I stretched my arms up in the air, pretending to yawn.

“Am I boring you?” she asked with a scowl.

“No, but I could use a massage. My back’s been killing me,” I responded.

“Careful, Di Bianco,” she warned me.

I bent forward and looked closely at her, at those thick eyelashes, those carmine lips.

“Or what?” I asked, surprised again at how gorgeous she was.

“Or I can make your life on this team a living hell,” she said without skipping a beat.

“Damn,” I replied with a laugh, “you’re actually scaring me.”

She got off the desk and ripped the contract from my hands. “Either you accept my offer, or it’s bye-bye to this contract,” she said, getting ready to tear it up.

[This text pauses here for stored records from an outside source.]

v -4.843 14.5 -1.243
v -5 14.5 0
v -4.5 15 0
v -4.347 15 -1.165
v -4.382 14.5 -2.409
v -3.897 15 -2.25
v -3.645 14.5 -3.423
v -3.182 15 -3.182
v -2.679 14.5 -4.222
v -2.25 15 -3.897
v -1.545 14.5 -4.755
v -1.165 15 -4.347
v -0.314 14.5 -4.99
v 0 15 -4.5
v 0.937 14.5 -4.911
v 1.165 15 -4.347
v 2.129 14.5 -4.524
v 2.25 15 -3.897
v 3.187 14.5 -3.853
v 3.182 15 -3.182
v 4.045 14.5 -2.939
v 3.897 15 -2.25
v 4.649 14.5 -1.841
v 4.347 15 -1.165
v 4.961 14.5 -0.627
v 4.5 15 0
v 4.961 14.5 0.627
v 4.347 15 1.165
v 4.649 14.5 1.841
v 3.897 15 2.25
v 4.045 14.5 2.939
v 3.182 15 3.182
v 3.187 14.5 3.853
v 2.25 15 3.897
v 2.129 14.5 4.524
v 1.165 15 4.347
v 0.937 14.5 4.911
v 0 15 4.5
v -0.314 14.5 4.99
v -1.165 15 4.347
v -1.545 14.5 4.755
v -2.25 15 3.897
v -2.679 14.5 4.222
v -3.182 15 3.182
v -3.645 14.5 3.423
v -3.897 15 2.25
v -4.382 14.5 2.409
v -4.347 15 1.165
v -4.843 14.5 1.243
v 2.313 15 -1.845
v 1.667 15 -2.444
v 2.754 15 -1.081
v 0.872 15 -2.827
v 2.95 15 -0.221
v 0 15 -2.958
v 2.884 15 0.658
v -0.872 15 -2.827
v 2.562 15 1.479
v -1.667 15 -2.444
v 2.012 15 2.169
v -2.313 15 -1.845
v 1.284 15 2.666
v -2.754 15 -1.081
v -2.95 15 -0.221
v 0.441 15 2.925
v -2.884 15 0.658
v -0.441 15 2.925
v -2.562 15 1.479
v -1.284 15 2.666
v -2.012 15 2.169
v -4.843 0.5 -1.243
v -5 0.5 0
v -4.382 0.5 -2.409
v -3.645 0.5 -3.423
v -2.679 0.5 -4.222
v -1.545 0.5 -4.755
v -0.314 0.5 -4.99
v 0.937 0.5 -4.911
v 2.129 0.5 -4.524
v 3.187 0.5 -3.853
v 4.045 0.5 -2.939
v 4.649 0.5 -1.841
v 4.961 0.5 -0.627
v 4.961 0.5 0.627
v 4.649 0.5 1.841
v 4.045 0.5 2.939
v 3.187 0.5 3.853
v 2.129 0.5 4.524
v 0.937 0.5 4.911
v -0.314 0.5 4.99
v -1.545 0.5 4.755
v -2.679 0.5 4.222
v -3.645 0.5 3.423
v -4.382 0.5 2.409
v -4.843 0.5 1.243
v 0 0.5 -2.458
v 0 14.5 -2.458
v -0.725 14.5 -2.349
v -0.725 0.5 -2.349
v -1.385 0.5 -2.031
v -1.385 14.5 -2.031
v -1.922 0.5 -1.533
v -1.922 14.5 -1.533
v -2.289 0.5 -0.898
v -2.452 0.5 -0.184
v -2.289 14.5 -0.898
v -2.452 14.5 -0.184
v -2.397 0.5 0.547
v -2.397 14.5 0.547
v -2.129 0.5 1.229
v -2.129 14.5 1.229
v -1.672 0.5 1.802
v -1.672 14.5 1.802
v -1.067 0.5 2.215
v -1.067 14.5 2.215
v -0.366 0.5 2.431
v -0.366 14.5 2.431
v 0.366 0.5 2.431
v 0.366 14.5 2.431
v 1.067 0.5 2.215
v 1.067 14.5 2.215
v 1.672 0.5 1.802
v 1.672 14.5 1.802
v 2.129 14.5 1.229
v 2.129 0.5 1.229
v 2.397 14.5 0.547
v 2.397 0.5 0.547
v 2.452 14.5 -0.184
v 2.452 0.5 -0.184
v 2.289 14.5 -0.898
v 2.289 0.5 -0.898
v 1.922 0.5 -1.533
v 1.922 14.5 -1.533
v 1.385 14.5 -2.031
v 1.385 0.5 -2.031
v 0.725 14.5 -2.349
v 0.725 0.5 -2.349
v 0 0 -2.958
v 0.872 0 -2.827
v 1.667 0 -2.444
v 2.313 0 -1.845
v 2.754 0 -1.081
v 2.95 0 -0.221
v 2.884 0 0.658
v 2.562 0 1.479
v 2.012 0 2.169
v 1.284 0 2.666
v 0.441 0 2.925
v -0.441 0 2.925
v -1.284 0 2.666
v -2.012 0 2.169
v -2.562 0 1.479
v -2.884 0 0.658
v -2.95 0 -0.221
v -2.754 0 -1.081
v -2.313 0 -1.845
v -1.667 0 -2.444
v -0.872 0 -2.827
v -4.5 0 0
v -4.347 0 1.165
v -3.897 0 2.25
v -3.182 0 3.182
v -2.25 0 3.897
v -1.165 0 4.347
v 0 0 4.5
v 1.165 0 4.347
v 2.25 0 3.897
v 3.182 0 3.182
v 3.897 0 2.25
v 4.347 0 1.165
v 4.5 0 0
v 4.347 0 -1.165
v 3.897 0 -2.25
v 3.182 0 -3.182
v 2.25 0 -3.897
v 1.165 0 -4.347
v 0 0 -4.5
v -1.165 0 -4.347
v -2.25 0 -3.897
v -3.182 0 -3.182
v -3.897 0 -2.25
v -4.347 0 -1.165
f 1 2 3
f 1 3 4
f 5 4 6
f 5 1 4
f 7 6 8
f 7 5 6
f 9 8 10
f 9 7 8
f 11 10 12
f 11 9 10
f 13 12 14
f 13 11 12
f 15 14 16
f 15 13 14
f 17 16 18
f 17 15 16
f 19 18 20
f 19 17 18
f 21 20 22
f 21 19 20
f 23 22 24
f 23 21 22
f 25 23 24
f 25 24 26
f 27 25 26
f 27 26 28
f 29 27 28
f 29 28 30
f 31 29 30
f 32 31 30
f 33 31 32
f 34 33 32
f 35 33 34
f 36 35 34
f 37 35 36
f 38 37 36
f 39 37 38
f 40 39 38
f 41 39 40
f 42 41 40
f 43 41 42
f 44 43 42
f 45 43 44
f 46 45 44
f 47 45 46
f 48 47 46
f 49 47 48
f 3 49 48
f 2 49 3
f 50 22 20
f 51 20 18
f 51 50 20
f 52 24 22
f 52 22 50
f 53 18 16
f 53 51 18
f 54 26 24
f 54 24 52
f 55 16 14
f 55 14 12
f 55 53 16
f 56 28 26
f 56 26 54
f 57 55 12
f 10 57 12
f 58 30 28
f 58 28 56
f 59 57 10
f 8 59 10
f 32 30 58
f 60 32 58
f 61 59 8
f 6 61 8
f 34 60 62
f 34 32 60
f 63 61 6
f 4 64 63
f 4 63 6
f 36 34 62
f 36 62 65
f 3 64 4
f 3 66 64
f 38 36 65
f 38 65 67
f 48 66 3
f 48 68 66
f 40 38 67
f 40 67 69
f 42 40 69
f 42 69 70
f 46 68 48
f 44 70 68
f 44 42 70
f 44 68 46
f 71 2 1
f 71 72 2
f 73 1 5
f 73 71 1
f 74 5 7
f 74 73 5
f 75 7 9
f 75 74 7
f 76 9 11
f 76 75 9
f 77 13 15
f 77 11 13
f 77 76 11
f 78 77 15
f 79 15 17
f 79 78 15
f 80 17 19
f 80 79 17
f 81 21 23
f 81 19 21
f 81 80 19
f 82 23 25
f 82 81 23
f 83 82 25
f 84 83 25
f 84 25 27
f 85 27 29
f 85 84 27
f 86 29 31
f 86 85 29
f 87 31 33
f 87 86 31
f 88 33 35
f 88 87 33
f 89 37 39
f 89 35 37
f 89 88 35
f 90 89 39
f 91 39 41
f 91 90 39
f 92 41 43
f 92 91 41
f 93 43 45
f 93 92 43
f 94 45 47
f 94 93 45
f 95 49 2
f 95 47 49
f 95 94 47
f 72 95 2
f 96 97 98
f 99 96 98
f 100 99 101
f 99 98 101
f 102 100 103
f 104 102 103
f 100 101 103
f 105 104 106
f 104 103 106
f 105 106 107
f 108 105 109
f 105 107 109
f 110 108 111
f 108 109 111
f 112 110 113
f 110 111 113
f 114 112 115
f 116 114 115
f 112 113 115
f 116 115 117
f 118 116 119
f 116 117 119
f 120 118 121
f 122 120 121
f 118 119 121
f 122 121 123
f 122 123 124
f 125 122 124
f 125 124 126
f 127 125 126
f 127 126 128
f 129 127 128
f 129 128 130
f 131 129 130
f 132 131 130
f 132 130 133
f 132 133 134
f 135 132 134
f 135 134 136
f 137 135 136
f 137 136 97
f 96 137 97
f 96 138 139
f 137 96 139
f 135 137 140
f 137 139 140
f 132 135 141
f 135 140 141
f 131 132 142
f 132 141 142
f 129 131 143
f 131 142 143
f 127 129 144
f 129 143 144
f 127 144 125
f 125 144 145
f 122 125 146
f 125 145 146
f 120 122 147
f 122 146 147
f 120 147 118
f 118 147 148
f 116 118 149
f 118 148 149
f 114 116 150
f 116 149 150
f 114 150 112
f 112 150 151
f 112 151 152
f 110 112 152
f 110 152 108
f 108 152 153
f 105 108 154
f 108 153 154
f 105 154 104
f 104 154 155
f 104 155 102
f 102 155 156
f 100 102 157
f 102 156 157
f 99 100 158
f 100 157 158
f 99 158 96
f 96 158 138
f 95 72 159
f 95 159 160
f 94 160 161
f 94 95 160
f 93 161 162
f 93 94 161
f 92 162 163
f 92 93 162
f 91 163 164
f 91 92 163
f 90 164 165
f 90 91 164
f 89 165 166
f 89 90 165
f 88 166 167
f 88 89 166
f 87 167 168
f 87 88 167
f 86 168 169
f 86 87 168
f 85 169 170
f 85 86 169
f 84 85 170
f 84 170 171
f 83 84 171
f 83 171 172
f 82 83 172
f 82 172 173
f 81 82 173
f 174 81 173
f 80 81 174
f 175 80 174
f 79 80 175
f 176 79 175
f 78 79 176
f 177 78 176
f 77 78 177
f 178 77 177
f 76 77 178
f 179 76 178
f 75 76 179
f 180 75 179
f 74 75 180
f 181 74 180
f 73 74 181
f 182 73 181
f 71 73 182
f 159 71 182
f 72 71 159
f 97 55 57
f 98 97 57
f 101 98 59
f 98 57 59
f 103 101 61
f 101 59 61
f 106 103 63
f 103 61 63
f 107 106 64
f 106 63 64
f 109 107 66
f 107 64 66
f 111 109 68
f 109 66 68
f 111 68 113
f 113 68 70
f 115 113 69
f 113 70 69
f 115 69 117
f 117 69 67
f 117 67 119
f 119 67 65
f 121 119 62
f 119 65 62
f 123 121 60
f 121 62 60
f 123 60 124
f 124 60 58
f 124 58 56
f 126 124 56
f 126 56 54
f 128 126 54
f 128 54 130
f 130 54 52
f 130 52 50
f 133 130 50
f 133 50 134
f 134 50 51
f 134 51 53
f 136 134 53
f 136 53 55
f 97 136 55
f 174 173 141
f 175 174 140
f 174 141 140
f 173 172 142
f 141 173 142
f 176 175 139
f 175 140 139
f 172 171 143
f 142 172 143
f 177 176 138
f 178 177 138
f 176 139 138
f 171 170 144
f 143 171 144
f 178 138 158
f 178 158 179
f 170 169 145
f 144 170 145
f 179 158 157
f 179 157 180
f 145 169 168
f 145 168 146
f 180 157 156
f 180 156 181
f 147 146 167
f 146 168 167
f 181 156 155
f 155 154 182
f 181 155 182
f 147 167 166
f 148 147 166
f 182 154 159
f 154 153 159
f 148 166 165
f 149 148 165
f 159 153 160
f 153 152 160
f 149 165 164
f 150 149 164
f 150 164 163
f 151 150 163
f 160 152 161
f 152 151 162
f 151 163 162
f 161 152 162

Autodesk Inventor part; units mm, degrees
ref_plane "YZ Plane" through (0, 0, 0) normal (1, 0, 0) x (0, 1, 0)
ref_plane "XZ Plane" through (0, 0, 0) normal (0, 1, 0) x (-1, 0, 0)
ref_plane "XY Plane" through (0, 0, 0) normal (0, 0, 1) x (1, 0, 0)
sketch "Sketch1" plane through (0, 0, 0) normal (0, 1, 0) x (-1, 0, 0)
  circle A0 centre (0, 0) radius 5
  dimension "d0" = 10
extrude "Extrusion1" add sketch "Sketch1" along normal blind 15
hole "Hole1" at (0, 0, 0) direction (0, 1, 0) diameter 4.917 end through all thread size "M6x1" class "6H" standard "ISO Metric profile"
chamfer "Chamfer1" distance 0.5 angle 45 4 edges at (5, 0, 0) (0, 0, 2.4585) (5, 15, 0) (0, 15, 2.4585)
properties part number "gevindmuffe" material "Steel"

“Not even you would be capable—” I began, and then I saw she wasn’t bluffing. She really was ready to rip it in half. “What the fuck?”

“You play with fire, you might get burned, Taylor.”

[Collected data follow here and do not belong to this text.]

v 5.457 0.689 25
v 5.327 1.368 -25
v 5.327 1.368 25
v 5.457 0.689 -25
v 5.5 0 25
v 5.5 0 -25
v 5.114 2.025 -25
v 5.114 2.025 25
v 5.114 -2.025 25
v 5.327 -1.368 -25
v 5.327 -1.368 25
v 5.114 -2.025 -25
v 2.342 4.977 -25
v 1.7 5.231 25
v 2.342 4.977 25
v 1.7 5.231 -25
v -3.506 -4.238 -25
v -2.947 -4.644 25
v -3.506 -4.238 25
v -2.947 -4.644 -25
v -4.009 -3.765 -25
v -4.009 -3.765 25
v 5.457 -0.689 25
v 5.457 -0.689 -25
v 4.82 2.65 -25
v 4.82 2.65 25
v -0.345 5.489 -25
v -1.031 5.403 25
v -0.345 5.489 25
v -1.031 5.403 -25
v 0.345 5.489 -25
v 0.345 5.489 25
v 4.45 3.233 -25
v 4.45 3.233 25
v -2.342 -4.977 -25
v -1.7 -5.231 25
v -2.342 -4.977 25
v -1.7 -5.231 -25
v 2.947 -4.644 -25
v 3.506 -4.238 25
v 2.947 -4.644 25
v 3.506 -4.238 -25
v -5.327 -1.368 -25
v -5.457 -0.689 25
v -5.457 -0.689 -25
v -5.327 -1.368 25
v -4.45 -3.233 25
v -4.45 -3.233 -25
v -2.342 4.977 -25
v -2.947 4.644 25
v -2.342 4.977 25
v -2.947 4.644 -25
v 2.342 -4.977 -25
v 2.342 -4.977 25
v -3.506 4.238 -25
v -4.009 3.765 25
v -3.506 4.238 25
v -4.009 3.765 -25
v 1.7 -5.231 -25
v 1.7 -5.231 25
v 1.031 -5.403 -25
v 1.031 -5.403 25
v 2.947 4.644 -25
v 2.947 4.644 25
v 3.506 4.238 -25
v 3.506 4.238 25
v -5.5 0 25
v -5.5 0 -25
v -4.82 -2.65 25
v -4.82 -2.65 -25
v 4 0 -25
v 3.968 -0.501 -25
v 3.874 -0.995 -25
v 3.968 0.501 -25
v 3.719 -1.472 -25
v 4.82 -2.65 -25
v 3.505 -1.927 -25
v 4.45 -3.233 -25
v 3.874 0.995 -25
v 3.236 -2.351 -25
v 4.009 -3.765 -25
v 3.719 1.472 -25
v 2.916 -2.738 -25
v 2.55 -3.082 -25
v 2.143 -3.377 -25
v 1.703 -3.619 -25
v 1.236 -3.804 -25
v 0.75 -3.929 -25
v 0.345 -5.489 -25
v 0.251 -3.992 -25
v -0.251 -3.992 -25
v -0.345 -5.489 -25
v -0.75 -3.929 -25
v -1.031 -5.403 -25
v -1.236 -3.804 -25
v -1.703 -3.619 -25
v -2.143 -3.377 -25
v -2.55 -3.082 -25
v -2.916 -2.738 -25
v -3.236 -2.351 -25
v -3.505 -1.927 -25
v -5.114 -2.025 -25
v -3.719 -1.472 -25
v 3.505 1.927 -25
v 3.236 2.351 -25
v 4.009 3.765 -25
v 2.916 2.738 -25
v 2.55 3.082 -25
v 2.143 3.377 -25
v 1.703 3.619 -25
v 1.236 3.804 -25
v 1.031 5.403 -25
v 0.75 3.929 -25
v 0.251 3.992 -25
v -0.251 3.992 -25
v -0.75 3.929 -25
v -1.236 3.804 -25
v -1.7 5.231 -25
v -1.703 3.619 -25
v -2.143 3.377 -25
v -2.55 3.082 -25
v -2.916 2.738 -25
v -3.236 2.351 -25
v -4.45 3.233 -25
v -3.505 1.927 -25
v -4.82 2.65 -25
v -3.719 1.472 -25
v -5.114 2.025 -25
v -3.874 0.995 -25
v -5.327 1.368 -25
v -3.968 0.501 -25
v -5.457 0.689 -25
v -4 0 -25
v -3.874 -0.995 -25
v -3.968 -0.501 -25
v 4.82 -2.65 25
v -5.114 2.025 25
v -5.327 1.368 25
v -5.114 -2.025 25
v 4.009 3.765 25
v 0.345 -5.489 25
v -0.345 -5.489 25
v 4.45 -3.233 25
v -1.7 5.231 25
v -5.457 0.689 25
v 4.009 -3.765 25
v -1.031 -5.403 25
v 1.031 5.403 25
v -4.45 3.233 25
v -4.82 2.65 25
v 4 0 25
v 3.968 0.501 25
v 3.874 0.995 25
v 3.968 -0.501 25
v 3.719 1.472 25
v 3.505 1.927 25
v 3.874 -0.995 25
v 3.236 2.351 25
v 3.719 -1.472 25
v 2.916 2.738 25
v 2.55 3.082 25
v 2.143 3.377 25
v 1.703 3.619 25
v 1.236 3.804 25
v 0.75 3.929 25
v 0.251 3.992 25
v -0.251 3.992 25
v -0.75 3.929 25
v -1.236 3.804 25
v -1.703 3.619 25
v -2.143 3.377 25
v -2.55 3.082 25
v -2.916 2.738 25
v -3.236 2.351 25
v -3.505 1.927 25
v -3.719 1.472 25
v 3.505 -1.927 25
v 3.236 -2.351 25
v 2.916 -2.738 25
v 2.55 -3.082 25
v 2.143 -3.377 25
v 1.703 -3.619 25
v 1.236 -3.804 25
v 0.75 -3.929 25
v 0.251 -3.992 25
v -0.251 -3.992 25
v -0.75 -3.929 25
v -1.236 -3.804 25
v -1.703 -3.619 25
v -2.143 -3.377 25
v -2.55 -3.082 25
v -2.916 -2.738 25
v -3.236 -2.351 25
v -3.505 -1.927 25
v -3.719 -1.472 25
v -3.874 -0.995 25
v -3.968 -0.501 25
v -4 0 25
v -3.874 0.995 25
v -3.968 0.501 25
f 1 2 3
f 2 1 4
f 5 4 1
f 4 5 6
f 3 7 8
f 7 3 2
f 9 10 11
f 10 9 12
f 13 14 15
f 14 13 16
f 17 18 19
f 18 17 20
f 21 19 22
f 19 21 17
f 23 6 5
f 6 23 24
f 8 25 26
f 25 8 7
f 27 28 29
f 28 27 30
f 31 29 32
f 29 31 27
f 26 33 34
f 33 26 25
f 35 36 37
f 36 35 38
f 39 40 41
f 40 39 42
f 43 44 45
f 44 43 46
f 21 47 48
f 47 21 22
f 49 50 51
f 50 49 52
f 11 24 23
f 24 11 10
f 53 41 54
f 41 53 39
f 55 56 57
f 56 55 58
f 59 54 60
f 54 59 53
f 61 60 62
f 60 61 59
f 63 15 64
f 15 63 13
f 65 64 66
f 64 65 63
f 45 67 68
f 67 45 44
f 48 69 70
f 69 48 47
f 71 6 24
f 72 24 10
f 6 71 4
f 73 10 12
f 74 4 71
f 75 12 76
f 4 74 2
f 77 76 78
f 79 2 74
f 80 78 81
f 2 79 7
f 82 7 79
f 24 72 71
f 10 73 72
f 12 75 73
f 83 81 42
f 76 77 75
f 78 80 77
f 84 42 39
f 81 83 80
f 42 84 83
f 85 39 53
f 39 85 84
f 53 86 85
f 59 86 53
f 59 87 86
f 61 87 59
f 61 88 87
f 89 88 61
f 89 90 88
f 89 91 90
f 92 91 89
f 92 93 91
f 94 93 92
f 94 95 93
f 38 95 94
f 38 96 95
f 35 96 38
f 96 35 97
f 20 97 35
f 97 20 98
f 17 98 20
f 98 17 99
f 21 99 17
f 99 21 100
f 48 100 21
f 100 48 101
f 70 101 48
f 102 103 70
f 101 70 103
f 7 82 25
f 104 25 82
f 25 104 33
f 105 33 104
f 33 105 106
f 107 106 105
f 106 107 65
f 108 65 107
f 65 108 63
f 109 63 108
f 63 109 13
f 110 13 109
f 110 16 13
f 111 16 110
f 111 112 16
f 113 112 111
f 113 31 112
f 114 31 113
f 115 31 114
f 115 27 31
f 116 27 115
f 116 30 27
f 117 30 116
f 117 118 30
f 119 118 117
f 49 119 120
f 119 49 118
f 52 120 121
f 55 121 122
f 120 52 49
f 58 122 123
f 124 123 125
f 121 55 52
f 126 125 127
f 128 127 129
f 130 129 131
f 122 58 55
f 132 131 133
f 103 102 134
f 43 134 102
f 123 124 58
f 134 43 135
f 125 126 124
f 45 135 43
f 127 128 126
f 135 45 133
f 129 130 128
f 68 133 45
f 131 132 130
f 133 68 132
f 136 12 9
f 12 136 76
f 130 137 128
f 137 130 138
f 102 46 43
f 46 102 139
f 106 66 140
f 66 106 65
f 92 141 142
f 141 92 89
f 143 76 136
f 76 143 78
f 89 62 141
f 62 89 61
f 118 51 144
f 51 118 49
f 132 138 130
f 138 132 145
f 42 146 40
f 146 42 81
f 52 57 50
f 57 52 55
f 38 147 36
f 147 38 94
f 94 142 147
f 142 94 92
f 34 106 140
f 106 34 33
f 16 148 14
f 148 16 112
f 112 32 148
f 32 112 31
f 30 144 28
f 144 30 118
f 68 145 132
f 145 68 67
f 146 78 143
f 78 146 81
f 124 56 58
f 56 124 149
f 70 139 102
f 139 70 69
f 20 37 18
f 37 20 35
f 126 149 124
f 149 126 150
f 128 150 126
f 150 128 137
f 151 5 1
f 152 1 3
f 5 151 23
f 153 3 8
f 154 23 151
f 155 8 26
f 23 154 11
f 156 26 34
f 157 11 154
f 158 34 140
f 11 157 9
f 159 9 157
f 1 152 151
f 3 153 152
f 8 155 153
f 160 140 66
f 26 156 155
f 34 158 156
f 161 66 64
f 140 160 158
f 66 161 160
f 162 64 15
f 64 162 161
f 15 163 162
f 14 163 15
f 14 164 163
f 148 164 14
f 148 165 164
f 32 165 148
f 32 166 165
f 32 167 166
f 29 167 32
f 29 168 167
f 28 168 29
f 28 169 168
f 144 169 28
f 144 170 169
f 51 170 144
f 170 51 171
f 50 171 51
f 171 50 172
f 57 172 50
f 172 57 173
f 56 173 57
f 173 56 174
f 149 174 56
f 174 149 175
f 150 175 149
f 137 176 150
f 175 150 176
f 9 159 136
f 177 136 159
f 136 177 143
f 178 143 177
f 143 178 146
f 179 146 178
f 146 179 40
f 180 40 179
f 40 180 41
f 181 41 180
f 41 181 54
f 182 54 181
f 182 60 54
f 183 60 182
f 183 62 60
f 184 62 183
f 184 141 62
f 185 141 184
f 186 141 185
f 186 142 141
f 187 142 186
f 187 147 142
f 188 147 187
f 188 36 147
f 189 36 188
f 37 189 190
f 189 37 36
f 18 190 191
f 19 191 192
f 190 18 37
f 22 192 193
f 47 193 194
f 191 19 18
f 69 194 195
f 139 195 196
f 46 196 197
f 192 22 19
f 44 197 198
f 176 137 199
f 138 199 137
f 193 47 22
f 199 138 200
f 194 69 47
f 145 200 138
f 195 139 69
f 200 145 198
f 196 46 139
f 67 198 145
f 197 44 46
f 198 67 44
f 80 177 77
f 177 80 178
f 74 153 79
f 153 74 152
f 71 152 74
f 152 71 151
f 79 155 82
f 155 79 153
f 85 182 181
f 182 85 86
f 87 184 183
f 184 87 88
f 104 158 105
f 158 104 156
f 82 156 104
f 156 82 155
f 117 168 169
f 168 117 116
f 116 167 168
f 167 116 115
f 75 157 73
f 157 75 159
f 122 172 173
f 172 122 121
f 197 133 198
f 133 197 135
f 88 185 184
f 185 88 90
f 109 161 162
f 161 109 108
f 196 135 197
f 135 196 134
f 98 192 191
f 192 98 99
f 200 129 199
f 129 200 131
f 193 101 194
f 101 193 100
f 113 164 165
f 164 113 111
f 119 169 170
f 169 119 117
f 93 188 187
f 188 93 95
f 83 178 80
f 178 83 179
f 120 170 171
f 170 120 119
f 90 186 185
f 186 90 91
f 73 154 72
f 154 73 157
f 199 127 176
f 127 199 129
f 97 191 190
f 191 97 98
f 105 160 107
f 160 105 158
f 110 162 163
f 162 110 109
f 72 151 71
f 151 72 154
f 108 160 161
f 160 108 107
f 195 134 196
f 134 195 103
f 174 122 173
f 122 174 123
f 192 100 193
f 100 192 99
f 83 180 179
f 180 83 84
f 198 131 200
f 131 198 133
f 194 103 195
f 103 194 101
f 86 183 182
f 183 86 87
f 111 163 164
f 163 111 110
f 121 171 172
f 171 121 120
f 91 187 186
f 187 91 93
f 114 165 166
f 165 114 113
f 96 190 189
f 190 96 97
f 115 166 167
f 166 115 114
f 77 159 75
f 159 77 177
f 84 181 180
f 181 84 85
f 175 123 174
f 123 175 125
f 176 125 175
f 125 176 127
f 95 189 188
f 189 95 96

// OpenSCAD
$fn = 50;


difference() {
	union() {
		translate(v = [0, 0, -25.0000000000]) {
			cylinder(h = 50, r = 5.5000000000);
		}
	}
	union() {
		translate(v = [0, 0, -100.0000000000]) {
			cylinder(h = 200, r = 4.0000000000);
		}
	}
}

“You’re honestly willing to give up all that work?”

“You think I can’t find other players to represent?”

“I’m a future star, you said it yourself, and I know it’s not just dumb luck that you chose me to work with. You’re like me. You want the best.”

We stared at each other for a few long seconds.

“Sign the damn contract, bump me up to 30 percent, and the offer’s back on the table,” she said, very sure of herself.

I hesitated, then responded, “I’ll sign, but with one condition,” and I lifted a finger to emphasize that. “You have to be my date to my brother’s wedding.”

I observed her reaction: first a blank stare, then a long exhalation, then a look of something like relief. “I didn’t know you had a brother.”

“I’ve got my secrets. I’m curious now what you thought I was going to ask.”

“Nothing,” she said, putting the contract back on her desk. “I’ll go. I mean, it’s pathetic that you can’t get a date without extorting someone, but you’re pathetic, so no surprises there. Now sign.”

She looked like she wanted to wrap things up, but I circled the desk and stood in front of her. She had to crane her neck up to look at me.

“What did you think I was going to say?” I asked again.

I was starting to get a handle on the dynamic between us, and if she thought I was the kind of guy to abuse my position, I needed to make it clear that wasn’t my intention at all.

“Answer me, Victoria.” That was the first time since we’d met that I’d called her by her first name.

That got a strange reaction—almost a flinch—and she responded, “Sign it, Taylor.” And when I watched those lips move, I felt a stab of pain between my legs. I was dying to kiss her—to bite that fleshy lip and feel her tongue wrapping around mine. I had to control myself, dammit.

I grabbed the pen she handed me, bent down, and signed the agreement, increasing the percentage of her earnings. Now she grinned, and my face started to feel warm.

“A pleasure doing business with you,” she said, turning her back and slipping the contract into a file folder.

Before walking out, I turned back to her. “Vic, I’d never ask you to do anything you weren’t comfortable with. I’m sorry if it came across that way. Anyway, I know the day will come when you’ll be the one begging me for it.”

I couldn’t stop myself after what she’d just made me feel—and I was intentionally getting under her skin.

The first day we met, she’d told me, Don’t call me Vic.

She always had a snappy answer for everything.

But not this time. As I walked out, I couldn’t believe what I had said.

Had I really hinted to the daughter of one of the team’s owners that I thought she was hot for me?

And what did it mean that she didn’t respond?

Jesus, Taylor, as soon as you pull out of one thing, you get stuck in another.

Hey! Don’t be perverted, I didn’t mean it that way.